Index([u'Unnamed: 0', u'sic', u'ein', u'visits', u'tm_stamp', u'class_count',
       u'cat_count', u'promo_count', u'rest_count', u'amt_count', u'ded_count',
       u'fields', u'opt_fields', u'req_fields', u'allows_reg_ind',
       u'allows_teams', u'allows_reg_team_create', u'allows_reg_team_join',
       u'allows_opt_reg_donation', u'allows_sub_reg', u'allows_sub_reg_pfp',
       u'allows_other_don_amt', u'allows_pfp_off_don', u'allows_tfp_off_don',
       u'allows_soc_post_pfp_tcp', u'share_home', u'share_pfp', u'share_tfp',
       u'share_therm', u'share_donation', u'allows_social',
       u'social_templt_count', u'social_auto', u'pcnt_posts', u'mon_posts',
       u'count_posts', u'date_posts', u'email_templt_count', u'sponsors_count',
       u'inappr_content', u'reg_count', u'non_fund_reg', u'sub_reg_count',
       u'teams_count', u'reg_volume', u'don_volume', u'don_count', u'reg_amt',
       u'reg_conversion', u'don_conversion'],
      dtype='object')

In [25]:
ftrs = ['class_count', 'cat_count', 'promo_count', 'rest_count', 'fields', 
        'opt_fields', 'req_fields', 'allows_reg_ind', 'allows_teams', 'allows_reg_team_create',
       'allows_reg_team_join', 'allows_opt_reg_donation', 'allows_sub_reg', 'allows_sub_reg_pfp',
       'share_home', 'share_pfp', 'share_tfp', 'share_therm', 'share_donation', 'allows_social',
       'teams_count', 'reg_count', 'reg_amt', 'reg_conversion', 'don_volume', 'don_count', 'don_conversion']
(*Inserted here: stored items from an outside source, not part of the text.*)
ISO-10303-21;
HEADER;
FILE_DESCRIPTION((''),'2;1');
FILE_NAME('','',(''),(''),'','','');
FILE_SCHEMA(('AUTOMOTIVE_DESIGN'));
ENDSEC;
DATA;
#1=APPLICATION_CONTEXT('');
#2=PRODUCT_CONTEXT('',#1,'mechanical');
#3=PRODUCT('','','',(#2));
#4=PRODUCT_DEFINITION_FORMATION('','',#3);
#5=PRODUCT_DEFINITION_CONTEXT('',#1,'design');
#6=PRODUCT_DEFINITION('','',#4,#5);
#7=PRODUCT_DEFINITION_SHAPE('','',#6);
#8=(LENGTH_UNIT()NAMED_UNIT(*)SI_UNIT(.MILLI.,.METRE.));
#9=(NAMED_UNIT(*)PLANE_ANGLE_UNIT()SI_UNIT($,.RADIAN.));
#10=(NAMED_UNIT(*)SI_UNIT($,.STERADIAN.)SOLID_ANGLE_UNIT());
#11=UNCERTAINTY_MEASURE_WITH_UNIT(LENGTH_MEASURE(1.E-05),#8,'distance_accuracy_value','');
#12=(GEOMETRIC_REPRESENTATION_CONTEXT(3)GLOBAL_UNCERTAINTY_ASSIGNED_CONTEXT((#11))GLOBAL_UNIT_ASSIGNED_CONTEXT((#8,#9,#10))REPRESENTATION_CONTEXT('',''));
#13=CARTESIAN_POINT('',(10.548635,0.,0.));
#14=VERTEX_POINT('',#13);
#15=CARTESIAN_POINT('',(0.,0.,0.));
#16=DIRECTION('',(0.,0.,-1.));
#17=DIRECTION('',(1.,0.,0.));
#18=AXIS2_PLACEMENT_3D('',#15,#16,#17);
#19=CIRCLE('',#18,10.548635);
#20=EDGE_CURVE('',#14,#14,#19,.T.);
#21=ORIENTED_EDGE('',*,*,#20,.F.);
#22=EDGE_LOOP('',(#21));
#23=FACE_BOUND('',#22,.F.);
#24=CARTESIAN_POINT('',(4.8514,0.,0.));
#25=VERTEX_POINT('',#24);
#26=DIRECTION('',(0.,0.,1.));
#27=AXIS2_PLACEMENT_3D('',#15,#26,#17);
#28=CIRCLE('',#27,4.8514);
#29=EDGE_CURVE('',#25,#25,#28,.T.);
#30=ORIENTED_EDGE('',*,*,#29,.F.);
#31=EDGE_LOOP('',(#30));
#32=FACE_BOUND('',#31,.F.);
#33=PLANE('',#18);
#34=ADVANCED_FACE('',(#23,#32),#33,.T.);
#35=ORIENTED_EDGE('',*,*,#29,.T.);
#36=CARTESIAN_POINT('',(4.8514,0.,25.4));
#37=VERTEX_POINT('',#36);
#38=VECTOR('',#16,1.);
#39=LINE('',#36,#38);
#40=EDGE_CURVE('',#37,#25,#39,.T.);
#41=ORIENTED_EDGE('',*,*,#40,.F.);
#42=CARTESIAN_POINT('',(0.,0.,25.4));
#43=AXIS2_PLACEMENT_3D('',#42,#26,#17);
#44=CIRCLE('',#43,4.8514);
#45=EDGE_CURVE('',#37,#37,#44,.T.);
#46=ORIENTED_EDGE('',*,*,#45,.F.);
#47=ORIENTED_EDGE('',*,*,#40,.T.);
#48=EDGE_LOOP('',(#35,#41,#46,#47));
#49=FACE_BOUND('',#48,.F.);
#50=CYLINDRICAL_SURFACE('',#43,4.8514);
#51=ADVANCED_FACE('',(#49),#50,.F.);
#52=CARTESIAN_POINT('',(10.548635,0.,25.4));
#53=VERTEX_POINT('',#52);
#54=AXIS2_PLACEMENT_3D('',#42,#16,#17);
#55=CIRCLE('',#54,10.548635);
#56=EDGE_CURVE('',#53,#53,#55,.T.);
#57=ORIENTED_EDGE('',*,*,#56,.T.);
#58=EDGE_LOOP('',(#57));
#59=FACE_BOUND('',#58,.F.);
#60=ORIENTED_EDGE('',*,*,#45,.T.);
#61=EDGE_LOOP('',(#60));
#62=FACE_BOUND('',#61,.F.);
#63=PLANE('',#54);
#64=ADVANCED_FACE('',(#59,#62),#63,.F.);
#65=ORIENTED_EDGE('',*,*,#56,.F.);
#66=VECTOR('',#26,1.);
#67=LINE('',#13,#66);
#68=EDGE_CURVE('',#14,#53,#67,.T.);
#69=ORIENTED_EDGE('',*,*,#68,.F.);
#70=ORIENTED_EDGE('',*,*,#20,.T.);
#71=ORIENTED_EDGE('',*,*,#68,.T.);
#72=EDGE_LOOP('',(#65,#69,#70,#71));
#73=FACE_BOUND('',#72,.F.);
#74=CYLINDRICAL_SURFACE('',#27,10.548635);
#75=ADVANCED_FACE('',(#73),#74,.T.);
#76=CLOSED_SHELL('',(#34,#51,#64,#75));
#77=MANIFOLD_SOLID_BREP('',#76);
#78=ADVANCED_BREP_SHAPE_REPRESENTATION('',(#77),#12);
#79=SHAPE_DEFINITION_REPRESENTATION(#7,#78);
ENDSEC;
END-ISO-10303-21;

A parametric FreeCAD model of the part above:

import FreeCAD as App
import Part
import Sketcher
Q = App.Units.Quantity


def add_polygon(sketch, points):
    """Adds a closed chain of lines whose ends are joined by coincident constraints."""
    first, n = sketch.GeometryCount, len(points)
    for a, b in zip(points, points[1:] + points[:1]):
        sketch.addGeometry(Part.LineSegment(App.Vector(*a, 0), App.Vector(*b, 0)), False)
    for i in range(n):
        sketch.addConstraint(Sketcher.Constraint("Coincident", first + i, 2, first + (i + 1) % n, 1))

doc = App.newDocument("Part")
params = doc.addObject("Spreadsheet::Sheet", "Params")
for row, (alias, value) in enumerate([
    ("sketch1_height", "1 in"),
    ("revolution_angle", "360 deg"),
    ("sketch2_diameter", "0.382 in"),
    ("pocket1_length", "1 in"),
], start=1):
    params.set(f"A{row}", alias)
    params.set(f"B{row}", "=" + value)
    params.setAlias(f"B{row}", alias)

body = doc.addObject("PartDesign::Body", "Body")

# Sketch on XZ plane
sketch1 = doc.addObject("Sketcher::SketchObject", "Sketch")
body.addObject(sketch1)
sketch1.AttachmentSupport = (doc.XZ_Plane, [""])
sketch1.MapMode = "FlatFace"
add_polygon(sketch1, [(0, 0), (11, 0), (11, 25), (0, 25)])  # lines 0-3
sketch1.addConstraint([
    Sketcher.Constraint("Horizontal", 0),
    Sketcher.Constraint("Vertical", 1),
    Sketcher.Constraint("Horizontal", 2),
    Sketcher.Constraint("Vertical", 3),
    Sketcher.Constraint("Coincident", 3, 2, -1, 1),
    Sketcher.Constraint("DistanceY", 1, 1, 1, 2, Q("1 in")),
    Sketcher.Constraint("DistanceX", 0, 1, 0, 2, 10.548635),
])
sketch1.setExpression("Constraints[9]", "Params.sketch1_height")
revolution = doc.addObject("PartDesign::Revolution", "Revolution")
body.addObject(revolution)
revolution.Profile = sketch1
revolution.ReferenceAxis = (sketch1, ["V_Axis"])
revolution.setExpression("Angle", "Params.revolution_angle")

# Sketch on XY plane
sketch2 = doc.addObject("Sketcher::SketchObject", "Sketch001")
body.addObject(sketch2)
sketch2.AttachmentSupport = (doc.XY_Plane, [""])
sketch2.MapMode = "FlatFace"
sketch2.AttachmentOffset = App.Placement(App.Vector(0, 0, 1 * 25.4), App.Rotation())
sketch2.addGeometry(Part.Circle(App.Vector(0, 0, 0), App.Vector(0, 0, 1), 4.9), False)
sketch2.addConstraint([
    Sketcher.Constraint("Coincident", 0, 3, -1, 1),
    Sketcher.Constraint("Diameter", 0, Q("0.382 in")),
])
sketch2.setExpression("Constraints[1]", "Params.sketch2_diameter")
pocket1 = doc.addObject("PartDesign::Pocket", "Pocket")
body.addObject(pocket1)
pocket1.Profile = sketch2
pocket1.setExpression("Length", "Params.pocket1_length")

doc.recompute()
targets = ['reg_count', 'reg_amt', 'reg_conversion', 'don_volume', 'don_count', 'don_conversion']

# Individual registration setting

## rebalancing & exploration

In [34]:
df.loc[df.allows_reg_ind==5, 'allows_reg_ind'] = 0
df.allows_reg_ind.value_counts()

1    202906
0     65190
Name: allows_reg_ind, dtype: int64

In [35]:
resampled = df[df.allows_reg_ind==0]
resampled = resampled.append(df[df.allows_reg_ind==1].sample(len(resampled)))

In [36]:
resampled.allows_reg_ind.value_counts()

1    65190
0    65190
Name: allows_reg_ind, dtype: int64

In [37]:
cols = ['allows_reg_ind', 'reg_count', 'reg_volume', 'don_volume', 'don_count', 
        'reg_amt', 'reg_conversion', 'don_conversion']
resampled[cols].corr()

Unnamed: 0,allows_reg_ind,reg_count,reg_volume,don_volume,don_count,reg_amt,reg_conversion,don_conversion
allows_reg_ind,1.0,-0.005654,,-0.080157,-0.108687,0.00026,0.000581,-0.072588
reg_count,-0.005654,1.0,,-0.000616,-0.00043,0.16666,0.649562,-0.004629
reg_volume,,,,,,,,
don_volume,-0.080157,-0.000616,,1.0,0.802023,-0.000932,-0.019732,0.150625
don_count,-0.108687,-0.00043,,0.802023,1.0,-0.001364,-0.023411,0.173411
reg_amt,0.00026,0.16666,,-0.000932,-0.001364,1.0,0.132524,-0.000996
reg_conversion,0.000581,0.649562,,-0.019732,-0.023411,0.132524,1.0,-0.018566
don_conversion,-0.072588,-0.004629,,0.150625,0.173411,-0.000996,-0.018566,1.0


## modeling for feature importance 

In [38]:
for target in targets:
    mse = []
    exv = []
    r2 = []

    df_ftrs = resampled[ftrs].drop(targets, axis=1)
    df_target = resampled[target]

    for i in range(5):
        X_train, X_test, y_train, y_test = train_test_split(df_ftrs, df_target, test_size=0.25)
        rf = RandomForestRegressor(n_estimators=100)
        rf.fit(X_train, y_train)
        y_pred = rf.predict(X_test)
        mse.append(metrics.mean_squared_error(y_test, y_pred))
        exv.append(metrics.explained_variance_score(y_test, y_pred))
        r2.append(metrics.r2_score(y_test, y_pred))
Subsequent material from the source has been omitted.